You just hit on why a wide range of baked goods are everywhere here. Cheap labor in MX. It is hours and hours of work, yet its sold at a bargain price, possible only because the people doing the work do not receive much. 

Last night, because of this discussion, I went in search of a panaderia. I was unable to find one. But I did find several little shops that did have a small assortment (a couple shelves) of fresh baked goods cheap (8 pesos per piece), terrific flavors and perfect textures. Somewhere in this barrio, someone is baking, and they are very good at it.


.


----------



## citlali (Mar 4, 2013)

Yes they are cheap and time consuming to make at home, at panaderias they have people working night to make the morning bread or all day for the breads for the evening snacks. Those places smell wonderful when you go by them too..Here in San Cristobal, most panaderias are small industrial places that distribute their breads to small stores and they have a couple of small chains that have stores as well. There are very few stand alone panaderias like we have in France where each one has its own makes bread slightly different from the others..


----------



## Zorro2017 (Jan 9, 2017)

citlali said:


> We disagree again, I find Oaxaca cheese tasteless. and I cannot imagine it in a fondue.. the cheese they use in fondue have a sharpness that the Mexican cheeses just do not have.


The only* proper* cheese to use in a fondue or "dip" is Velveeta which we cannot find here. The cheese my wife uses is not the typical white Oaxaca cheese but a variety from Oaxaca that I don't know the proper name of. I still have one box of Velveeta from Texas that I'm hoarding till Christmas.

Now in Texas we use a whole box or two of Velveeta, a can or two of Rotel Tomatoes with chilis and a whole tube of pan sausage, browned first of course. Into the slow cooker and served with sliced jalapenos on Tostitos round tortilla chips, not pieces of bread.


----------



## citlali (Mar 4, 2013)

Thank God I do not live in Texas! That version of fondue sure has changed when crossing the ocean... but to each his or her own. The original version is already not particularly healthy but that last one beats it!


----------



## Zorro2017 (Jan 9, 2017)

citlali said:


> Thank God I do not live in Texas! That version of fondue sure has changed when crossing the ocean... but to each his or her own. The original version is already not particularly healthy but that last one beats it!

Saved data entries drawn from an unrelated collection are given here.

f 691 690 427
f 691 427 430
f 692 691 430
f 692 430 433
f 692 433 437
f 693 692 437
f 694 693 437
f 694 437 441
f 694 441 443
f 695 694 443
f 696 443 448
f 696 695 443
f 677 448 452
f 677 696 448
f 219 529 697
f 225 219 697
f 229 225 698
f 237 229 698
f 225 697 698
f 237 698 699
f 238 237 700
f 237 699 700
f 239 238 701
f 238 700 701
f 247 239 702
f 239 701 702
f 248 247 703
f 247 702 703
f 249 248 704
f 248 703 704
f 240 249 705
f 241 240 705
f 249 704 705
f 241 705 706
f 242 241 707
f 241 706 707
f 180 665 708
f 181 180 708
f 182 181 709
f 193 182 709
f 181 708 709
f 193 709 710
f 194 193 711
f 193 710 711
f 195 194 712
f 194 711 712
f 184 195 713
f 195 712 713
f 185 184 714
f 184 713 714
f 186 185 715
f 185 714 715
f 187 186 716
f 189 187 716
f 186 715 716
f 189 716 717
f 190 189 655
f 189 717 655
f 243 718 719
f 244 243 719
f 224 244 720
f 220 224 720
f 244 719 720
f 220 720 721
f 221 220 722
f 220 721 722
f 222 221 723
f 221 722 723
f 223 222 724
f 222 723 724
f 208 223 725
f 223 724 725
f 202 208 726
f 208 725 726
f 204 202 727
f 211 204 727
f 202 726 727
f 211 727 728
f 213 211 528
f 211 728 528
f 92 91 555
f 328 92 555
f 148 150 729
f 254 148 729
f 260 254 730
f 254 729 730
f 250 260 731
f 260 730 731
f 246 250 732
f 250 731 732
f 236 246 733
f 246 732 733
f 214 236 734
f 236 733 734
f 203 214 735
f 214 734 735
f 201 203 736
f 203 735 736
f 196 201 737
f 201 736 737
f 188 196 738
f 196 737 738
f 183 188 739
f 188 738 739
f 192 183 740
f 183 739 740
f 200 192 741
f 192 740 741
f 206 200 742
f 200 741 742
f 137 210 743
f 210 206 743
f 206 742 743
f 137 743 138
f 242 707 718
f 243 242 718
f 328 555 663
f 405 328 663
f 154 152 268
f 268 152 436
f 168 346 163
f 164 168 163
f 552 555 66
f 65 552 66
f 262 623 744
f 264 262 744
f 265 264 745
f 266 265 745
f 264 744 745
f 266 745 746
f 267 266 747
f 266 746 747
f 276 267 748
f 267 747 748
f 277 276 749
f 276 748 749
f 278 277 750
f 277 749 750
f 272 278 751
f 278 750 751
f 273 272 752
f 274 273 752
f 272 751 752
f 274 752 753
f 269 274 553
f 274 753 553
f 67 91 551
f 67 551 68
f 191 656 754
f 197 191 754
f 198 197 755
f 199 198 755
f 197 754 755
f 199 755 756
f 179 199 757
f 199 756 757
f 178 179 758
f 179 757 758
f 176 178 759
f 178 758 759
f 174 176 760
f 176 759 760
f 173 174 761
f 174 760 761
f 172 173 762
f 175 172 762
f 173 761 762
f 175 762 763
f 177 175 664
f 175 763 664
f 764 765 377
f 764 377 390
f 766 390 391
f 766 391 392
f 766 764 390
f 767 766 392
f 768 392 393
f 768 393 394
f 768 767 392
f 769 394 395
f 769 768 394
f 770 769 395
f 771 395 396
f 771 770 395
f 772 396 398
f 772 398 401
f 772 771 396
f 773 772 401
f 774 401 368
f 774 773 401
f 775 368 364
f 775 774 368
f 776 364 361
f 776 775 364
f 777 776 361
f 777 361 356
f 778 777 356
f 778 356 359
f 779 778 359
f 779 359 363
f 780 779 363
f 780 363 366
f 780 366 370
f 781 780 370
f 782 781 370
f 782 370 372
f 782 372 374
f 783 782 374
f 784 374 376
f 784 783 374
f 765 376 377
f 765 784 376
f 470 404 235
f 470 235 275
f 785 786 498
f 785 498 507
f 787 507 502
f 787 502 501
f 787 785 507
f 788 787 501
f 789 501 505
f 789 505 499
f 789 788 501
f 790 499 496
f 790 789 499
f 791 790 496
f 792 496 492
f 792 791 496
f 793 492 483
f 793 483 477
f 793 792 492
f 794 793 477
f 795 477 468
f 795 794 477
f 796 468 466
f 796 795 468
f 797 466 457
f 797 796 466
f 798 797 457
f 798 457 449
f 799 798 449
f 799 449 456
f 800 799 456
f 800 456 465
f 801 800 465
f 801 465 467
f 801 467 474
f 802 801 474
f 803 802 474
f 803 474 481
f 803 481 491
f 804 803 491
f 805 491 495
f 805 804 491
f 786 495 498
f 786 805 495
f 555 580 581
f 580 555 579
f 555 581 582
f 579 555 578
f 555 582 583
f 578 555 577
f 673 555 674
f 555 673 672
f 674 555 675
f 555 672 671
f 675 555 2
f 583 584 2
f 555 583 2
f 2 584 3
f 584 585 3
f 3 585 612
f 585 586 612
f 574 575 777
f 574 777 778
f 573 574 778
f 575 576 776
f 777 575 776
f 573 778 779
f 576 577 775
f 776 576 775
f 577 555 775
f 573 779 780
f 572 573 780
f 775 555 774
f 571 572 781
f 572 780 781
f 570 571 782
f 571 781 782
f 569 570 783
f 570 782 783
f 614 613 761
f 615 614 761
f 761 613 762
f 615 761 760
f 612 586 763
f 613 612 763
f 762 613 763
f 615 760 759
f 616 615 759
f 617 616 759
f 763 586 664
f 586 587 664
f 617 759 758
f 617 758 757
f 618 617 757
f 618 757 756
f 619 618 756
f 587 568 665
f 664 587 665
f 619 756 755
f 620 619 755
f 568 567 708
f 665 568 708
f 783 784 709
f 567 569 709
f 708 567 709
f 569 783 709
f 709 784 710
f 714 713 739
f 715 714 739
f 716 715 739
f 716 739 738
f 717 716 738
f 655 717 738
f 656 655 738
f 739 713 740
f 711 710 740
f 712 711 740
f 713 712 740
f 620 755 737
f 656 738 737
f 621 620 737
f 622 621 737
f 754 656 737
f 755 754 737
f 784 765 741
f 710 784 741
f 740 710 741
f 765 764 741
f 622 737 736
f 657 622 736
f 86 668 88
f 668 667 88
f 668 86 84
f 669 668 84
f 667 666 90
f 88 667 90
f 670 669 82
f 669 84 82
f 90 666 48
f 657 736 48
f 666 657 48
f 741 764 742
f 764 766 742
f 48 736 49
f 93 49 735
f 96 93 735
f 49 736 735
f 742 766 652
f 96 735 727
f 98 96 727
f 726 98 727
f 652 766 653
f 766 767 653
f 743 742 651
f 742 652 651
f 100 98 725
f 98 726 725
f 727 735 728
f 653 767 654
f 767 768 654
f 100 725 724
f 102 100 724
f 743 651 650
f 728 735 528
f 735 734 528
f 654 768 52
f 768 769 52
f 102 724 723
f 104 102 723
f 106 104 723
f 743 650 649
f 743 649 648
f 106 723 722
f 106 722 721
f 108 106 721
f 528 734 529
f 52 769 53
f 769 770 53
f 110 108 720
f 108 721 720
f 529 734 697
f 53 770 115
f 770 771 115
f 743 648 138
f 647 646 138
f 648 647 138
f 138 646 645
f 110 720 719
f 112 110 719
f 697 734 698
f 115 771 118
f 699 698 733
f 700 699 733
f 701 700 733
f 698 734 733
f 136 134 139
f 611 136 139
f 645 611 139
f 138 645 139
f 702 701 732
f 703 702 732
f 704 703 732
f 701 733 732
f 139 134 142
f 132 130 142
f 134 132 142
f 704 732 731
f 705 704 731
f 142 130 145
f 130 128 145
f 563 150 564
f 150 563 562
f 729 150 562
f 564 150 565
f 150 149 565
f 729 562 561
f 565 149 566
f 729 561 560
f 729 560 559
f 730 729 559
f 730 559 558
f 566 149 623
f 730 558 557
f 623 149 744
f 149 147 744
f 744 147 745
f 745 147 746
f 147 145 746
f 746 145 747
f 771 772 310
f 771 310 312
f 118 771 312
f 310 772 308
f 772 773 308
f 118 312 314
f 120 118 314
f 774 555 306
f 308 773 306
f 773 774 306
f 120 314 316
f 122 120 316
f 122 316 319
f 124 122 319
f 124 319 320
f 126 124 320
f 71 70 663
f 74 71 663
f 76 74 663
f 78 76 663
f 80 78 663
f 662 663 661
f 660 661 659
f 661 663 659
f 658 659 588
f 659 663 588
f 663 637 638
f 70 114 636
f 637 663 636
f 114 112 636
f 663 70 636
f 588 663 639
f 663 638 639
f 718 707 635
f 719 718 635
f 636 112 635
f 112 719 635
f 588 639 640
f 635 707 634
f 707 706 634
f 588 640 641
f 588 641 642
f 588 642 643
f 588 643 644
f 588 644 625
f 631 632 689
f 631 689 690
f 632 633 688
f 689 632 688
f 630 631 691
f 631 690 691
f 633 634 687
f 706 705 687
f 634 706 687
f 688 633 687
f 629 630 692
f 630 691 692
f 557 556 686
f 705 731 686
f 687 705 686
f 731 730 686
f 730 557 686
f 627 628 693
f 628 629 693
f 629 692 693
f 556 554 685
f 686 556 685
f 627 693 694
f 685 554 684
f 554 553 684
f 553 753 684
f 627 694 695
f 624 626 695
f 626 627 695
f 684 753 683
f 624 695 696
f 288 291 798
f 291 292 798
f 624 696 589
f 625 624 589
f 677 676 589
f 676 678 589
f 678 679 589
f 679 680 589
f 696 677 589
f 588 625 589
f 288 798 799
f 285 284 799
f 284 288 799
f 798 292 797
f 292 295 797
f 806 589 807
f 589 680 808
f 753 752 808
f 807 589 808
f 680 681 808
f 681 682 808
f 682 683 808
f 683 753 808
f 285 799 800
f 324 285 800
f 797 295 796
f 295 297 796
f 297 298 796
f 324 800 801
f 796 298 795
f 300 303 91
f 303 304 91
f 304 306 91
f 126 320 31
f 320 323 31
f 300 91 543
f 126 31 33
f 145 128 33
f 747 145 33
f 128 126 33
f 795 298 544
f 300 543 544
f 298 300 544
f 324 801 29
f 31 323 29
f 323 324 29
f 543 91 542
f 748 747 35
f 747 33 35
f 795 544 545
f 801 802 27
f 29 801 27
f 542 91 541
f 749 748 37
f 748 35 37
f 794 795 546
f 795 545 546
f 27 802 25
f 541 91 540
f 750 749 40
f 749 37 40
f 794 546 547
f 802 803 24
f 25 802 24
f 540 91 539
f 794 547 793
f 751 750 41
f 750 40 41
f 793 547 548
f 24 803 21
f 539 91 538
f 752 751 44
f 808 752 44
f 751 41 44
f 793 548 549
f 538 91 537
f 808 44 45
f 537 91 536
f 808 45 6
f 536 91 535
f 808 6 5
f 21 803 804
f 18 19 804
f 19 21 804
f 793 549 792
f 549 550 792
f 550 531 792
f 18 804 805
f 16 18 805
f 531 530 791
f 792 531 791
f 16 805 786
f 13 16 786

Thank God* I was* born in Texas, health is mainly hereditary. You can't beat good Texas cheese dip, chili or BBQ.

Fondue was invented centuries ago by the Swiss, I'm sure they would turn their nose up at the French version as well. 

Mexico has us beat on pan.


----------



## UrbanMan (Jun 18, 2015)

Zorro2017 said:


> You can't beat good Texas BBQ.


 That I can agree with. Texas BBQ is amazing.



Zorro2017 said:


> health is mainly hereditary


 So, all this talk about diet, exercise, watching your weight, sunscreen and such ... is hocum?


----------



## citlali (Mar 4, 2013)

Of course you know that the "French version " is Swiss..so there is no difference between the two, they actually put white wine and kirsch in it.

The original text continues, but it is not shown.